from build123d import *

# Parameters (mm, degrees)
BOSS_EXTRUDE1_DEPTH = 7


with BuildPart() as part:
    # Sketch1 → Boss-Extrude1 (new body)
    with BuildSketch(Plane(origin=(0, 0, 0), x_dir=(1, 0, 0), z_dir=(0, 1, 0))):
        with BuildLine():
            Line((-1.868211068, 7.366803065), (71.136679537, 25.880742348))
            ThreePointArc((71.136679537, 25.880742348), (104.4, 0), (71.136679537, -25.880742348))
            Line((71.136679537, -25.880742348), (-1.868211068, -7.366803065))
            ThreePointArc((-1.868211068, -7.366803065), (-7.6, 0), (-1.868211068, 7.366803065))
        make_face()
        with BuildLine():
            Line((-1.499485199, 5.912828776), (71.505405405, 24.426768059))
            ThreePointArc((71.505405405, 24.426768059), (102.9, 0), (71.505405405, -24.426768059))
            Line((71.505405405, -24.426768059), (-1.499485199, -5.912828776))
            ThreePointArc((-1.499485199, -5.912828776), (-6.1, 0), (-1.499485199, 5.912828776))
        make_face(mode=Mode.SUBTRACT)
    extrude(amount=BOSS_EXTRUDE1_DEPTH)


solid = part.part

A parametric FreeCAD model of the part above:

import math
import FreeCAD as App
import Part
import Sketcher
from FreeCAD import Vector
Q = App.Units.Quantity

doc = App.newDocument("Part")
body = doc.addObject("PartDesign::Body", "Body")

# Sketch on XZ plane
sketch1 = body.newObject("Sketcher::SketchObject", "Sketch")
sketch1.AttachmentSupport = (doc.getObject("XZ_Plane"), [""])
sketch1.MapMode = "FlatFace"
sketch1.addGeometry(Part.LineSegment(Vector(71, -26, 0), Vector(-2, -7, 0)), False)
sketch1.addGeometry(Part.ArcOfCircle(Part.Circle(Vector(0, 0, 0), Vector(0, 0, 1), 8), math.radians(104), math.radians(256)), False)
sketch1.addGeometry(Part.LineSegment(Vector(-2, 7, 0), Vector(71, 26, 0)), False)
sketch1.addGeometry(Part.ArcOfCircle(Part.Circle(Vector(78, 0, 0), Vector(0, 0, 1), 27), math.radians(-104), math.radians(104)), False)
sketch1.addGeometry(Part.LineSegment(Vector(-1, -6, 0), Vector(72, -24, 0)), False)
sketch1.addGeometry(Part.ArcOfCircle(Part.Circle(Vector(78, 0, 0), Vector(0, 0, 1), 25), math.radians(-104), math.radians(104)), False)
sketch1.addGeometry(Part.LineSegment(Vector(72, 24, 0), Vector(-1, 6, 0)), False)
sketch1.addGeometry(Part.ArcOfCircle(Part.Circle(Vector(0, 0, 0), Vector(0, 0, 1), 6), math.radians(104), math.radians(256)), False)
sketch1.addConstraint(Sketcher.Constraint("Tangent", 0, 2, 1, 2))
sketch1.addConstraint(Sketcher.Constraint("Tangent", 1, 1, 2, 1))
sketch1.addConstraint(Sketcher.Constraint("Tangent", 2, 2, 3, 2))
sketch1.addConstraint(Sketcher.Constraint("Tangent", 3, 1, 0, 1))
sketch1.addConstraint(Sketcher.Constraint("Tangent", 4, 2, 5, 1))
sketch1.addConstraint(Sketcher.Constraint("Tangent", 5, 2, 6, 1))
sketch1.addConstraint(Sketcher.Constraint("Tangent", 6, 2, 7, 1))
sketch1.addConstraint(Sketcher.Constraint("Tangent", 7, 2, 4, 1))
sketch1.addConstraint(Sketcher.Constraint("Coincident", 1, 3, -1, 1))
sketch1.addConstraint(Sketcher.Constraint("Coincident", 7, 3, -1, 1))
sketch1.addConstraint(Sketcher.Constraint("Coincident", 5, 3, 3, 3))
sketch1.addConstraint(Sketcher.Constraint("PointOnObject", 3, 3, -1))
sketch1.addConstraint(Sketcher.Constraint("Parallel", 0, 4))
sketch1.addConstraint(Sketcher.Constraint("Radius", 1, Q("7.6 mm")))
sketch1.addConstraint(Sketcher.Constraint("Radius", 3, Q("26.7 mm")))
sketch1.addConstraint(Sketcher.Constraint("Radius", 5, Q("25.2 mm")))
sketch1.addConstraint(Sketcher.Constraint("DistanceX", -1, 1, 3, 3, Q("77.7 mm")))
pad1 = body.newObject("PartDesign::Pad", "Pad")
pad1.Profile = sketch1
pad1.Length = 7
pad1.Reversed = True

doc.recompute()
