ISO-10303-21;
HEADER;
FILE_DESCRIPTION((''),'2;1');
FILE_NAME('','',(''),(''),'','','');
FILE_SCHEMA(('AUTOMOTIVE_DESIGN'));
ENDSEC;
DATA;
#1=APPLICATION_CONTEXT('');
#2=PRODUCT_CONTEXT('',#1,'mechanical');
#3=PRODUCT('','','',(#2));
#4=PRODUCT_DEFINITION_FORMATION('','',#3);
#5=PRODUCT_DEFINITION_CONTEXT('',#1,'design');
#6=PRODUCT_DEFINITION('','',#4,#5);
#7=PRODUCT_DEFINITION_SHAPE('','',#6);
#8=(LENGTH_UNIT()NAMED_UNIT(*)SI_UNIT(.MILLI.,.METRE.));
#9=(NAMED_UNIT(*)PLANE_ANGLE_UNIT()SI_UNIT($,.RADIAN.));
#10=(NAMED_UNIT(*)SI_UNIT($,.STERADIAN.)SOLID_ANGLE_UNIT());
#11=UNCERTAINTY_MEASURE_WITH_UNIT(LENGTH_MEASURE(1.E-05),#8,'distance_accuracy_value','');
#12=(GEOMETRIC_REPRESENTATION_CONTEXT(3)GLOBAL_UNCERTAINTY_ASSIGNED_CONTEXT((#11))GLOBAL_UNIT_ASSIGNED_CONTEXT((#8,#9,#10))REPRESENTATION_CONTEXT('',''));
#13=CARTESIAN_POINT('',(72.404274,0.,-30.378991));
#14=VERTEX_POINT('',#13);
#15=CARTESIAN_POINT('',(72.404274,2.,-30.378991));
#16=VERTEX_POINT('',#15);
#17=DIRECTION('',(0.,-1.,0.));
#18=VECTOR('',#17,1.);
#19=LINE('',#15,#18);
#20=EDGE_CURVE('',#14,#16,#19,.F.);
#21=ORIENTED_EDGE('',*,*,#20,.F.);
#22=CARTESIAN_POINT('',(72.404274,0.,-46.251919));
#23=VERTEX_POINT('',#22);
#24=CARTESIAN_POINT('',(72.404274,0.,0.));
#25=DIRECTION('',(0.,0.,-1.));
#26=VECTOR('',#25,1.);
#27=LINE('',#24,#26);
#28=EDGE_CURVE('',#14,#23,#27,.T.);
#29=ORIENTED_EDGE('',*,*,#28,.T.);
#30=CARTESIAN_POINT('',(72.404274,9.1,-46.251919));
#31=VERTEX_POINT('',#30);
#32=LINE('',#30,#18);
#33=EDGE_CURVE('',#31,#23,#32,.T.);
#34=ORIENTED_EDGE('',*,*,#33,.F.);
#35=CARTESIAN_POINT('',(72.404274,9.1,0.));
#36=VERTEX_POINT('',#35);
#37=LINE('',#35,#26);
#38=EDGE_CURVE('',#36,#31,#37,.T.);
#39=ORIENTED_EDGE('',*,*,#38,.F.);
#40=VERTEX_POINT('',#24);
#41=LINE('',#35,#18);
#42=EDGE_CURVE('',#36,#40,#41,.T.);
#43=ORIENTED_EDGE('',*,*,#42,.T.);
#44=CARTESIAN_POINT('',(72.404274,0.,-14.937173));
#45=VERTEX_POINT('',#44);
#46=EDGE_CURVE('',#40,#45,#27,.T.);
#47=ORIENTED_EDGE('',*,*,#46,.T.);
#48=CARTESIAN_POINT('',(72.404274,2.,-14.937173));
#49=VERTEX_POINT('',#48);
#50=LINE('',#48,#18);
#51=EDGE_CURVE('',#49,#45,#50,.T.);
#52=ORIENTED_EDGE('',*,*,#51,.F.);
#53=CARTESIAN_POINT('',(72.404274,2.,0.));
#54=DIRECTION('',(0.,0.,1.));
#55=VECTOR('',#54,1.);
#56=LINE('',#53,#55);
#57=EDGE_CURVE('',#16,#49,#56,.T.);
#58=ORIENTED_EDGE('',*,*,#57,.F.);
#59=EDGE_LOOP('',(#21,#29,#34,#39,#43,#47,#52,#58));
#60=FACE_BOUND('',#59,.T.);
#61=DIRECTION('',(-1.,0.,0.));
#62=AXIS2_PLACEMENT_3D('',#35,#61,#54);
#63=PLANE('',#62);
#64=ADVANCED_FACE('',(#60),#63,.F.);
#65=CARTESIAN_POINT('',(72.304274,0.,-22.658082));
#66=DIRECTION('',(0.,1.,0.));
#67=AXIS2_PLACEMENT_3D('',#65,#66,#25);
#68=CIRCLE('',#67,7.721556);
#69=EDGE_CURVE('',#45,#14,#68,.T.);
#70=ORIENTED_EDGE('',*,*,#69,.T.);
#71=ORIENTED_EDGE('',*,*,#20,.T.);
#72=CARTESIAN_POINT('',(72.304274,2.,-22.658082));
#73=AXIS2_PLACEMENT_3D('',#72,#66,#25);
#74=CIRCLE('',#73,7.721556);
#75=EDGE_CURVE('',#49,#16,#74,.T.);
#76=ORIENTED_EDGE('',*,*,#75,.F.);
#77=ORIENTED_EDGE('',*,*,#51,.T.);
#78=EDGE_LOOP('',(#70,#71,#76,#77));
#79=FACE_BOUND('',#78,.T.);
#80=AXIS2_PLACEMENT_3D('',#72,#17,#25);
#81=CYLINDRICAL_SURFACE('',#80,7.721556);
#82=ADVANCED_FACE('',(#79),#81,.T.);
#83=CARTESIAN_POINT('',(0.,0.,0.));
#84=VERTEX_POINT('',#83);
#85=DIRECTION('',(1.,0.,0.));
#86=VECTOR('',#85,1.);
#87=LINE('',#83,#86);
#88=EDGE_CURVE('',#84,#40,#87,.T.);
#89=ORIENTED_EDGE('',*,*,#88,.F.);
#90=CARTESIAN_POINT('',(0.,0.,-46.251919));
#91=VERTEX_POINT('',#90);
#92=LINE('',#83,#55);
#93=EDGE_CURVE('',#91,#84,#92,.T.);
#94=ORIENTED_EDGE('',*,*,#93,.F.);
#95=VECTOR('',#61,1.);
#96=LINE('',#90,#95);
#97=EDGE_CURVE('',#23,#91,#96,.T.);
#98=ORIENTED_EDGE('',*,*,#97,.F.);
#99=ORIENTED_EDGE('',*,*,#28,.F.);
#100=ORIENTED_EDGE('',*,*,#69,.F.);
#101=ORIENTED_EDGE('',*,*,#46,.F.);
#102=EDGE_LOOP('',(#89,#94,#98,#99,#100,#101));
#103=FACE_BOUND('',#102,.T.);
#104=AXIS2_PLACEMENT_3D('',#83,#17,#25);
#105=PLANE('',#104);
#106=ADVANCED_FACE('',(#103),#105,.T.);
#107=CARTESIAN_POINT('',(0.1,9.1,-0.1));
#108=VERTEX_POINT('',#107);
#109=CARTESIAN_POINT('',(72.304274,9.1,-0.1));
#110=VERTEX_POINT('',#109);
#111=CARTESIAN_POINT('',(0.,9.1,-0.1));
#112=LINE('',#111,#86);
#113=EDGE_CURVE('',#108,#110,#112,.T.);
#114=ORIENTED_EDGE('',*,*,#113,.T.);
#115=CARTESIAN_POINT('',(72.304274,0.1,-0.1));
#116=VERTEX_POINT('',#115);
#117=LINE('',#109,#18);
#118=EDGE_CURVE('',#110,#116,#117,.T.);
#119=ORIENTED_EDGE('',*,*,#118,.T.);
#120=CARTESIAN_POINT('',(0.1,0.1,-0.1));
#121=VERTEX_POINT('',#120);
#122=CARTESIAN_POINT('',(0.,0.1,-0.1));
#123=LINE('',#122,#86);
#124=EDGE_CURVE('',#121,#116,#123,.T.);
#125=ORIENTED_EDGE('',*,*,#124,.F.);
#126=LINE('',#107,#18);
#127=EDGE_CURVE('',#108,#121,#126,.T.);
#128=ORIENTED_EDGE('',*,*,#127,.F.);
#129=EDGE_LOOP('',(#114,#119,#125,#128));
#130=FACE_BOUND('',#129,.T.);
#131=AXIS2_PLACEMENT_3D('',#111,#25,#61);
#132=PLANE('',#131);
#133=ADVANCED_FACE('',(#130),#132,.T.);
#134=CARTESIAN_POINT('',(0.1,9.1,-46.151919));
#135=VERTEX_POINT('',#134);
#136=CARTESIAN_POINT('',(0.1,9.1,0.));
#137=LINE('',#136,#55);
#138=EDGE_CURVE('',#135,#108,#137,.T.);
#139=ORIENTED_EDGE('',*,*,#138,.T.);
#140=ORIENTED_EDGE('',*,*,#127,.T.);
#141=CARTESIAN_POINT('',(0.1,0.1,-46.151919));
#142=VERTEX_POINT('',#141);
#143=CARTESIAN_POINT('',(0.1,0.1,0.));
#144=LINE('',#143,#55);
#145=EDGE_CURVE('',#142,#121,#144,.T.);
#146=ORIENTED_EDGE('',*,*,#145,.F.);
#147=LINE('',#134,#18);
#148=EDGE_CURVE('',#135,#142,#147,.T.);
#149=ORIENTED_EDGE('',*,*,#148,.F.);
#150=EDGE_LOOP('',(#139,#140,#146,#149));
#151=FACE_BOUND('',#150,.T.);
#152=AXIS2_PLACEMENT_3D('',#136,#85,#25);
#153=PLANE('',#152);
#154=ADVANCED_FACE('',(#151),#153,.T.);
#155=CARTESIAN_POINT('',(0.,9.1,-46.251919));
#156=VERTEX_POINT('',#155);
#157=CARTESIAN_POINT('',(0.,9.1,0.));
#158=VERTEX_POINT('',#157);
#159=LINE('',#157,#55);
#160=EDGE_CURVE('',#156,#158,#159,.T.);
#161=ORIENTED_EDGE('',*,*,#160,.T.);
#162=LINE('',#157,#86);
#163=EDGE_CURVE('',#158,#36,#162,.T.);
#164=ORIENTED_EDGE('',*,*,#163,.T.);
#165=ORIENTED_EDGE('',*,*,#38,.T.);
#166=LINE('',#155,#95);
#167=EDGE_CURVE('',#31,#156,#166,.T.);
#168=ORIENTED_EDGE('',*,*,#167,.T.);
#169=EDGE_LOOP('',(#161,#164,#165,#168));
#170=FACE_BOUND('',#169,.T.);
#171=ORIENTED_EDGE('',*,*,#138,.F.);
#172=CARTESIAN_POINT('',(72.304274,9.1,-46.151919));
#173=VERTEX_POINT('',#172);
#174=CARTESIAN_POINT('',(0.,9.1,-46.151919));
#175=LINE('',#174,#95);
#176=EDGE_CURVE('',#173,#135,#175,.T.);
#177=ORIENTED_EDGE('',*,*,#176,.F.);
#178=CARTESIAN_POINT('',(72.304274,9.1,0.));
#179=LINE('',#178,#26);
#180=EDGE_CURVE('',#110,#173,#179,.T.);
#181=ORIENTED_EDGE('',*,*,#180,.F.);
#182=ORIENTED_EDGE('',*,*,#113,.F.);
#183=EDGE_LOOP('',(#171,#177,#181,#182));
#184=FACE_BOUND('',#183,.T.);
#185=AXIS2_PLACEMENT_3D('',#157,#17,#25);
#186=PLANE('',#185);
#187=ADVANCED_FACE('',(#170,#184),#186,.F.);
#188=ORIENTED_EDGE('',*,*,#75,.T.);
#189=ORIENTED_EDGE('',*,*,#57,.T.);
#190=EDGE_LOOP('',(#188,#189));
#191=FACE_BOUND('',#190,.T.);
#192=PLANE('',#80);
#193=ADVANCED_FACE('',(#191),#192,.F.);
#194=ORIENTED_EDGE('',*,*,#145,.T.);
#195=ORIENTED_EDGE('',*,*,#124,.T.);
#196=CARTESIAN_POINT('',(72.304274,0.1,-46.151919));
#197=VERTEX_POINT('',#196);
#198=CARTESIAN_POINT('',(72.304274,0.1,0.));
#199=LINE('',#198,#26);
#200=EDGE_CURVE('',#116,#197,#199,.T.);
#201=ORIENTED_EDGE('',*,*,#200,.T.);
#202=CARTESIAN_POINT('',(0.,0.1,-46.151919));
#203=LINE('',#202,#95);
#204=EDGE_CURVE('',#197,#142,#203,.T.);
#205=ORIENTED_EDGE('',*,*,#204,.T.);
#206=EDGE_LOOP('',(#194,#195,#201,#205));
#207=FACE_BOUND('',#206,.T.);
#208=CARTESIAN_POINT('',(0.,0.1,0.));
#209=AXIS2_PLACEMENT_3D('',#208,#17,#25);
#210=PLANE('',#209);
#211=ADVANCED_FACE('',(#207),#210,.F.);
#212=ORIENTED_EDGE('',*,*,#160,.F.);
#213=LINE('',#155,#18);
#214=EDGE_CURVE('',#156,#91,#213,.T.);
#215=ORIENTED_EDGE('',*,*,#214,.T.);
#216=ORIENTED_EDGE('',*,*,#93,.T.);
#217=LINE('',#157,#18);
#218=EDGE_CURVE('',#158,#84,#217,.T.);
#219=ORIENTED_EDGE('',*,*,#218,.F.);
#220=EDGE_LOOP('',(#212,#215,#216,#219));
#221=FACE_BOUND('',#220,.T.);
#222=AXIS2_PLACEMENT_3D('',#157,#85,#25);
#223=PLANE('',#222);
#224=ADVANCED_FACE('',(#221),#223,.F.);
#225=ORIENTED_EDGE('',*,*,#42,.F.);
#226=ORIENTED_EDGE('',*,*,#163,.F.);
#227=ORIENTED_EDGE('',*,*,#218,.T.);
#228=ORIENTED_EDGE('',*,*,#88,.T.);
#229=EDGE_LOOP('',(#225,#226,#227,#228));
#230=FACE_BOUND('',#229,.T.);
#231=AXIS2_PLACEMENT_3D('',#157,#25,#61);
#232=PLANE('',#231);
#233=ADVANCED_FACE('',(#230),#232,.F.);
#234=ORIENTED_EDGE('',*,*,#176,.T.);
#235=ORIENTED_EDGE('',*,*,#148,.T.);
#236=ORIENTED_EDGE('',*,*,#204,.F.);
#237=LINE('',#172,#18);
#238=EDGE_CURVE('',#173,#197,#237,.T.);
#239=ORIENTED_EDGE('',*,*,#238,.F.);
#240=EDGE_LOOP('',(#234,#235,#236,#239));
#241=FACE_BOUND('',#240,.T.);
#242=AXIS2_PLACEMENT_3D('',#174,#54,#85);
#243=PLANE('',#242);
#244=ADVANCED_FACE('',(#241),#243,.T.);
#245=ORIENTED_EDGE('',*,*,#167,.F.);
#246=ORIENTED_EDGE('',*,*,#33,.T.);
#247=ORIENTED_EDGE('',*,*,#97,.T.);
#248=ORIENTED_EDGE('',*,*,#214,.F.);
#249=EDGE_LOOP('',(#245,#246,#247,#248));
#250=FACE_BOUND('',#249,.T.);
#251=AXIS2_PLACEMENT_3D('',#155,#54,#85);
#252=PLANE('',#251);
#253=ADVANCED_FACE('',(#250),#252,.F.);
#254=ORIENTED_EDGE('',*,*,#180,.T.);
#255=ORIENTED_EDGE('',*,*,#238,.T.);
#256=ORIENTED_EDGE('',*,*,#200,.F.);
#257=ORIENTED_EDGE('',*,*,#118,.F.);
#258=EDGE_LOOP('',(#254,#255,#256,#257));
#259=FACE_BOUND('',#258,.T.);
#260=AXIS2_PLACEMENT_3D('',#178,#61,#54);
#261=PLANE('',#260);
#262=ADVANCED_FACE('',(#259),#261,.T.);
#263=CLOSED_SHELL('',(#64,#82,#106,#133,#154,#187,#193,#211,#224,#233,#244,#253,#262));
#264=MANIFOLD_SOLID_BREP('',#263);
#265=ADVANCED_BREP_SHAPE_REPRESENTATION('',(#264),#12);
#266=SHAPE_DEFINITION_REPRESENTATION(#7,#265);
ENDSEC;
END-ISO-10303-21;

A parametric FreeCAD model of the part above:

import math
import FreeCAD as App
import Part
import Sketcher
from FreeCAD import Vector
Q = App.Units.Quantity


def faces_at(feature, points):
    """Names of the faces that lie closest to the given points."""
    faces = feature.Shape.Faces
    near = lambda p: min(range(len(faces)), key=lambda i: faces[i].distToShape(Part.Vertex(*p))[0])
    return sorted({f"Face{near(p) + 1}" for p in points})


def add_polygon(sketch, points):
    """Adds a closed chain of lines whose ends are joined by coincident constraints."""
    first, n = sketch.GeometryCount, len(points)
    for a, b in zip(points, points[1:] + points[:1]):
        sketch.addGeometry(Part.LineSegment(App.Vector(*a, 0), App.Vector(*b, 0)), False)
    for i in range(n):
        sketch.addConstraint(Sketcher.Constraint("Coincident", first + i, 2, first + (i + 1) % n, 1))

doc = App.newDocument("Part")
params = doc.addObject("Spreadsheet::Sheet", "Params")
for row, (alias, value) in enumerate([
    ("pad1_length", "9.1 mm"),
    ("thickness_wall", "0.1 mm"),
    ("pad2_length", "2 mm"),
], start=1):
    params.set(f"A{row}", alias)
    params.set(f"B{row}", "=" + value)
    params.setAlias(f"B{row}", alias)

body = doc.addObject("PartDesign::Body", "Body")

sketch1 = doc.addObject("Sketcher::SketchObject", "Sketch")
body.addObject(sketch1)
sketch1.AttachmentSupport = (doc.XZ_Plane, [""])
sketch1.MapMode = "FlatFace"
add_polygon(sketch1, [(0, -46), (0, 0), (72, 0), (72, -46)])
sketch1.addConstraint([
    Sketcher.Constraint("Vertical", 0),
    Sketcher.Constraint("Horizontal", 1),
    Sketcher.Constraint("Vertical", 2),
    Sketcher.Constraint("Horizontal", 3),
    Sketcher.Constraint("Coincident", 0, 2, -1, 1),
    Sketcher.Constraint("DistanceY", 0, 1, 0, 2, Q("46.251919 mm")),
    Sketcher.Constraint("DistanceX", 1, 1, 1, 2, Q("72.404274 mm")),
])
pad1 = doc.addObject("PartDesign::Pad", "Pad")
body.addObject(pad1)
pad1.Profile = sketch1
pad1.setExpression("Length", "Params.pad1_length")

::::::::

• What the task requires: A single number is the answer: how many lines in the records above contain the word "ThreePointArc".

• Task solution: 4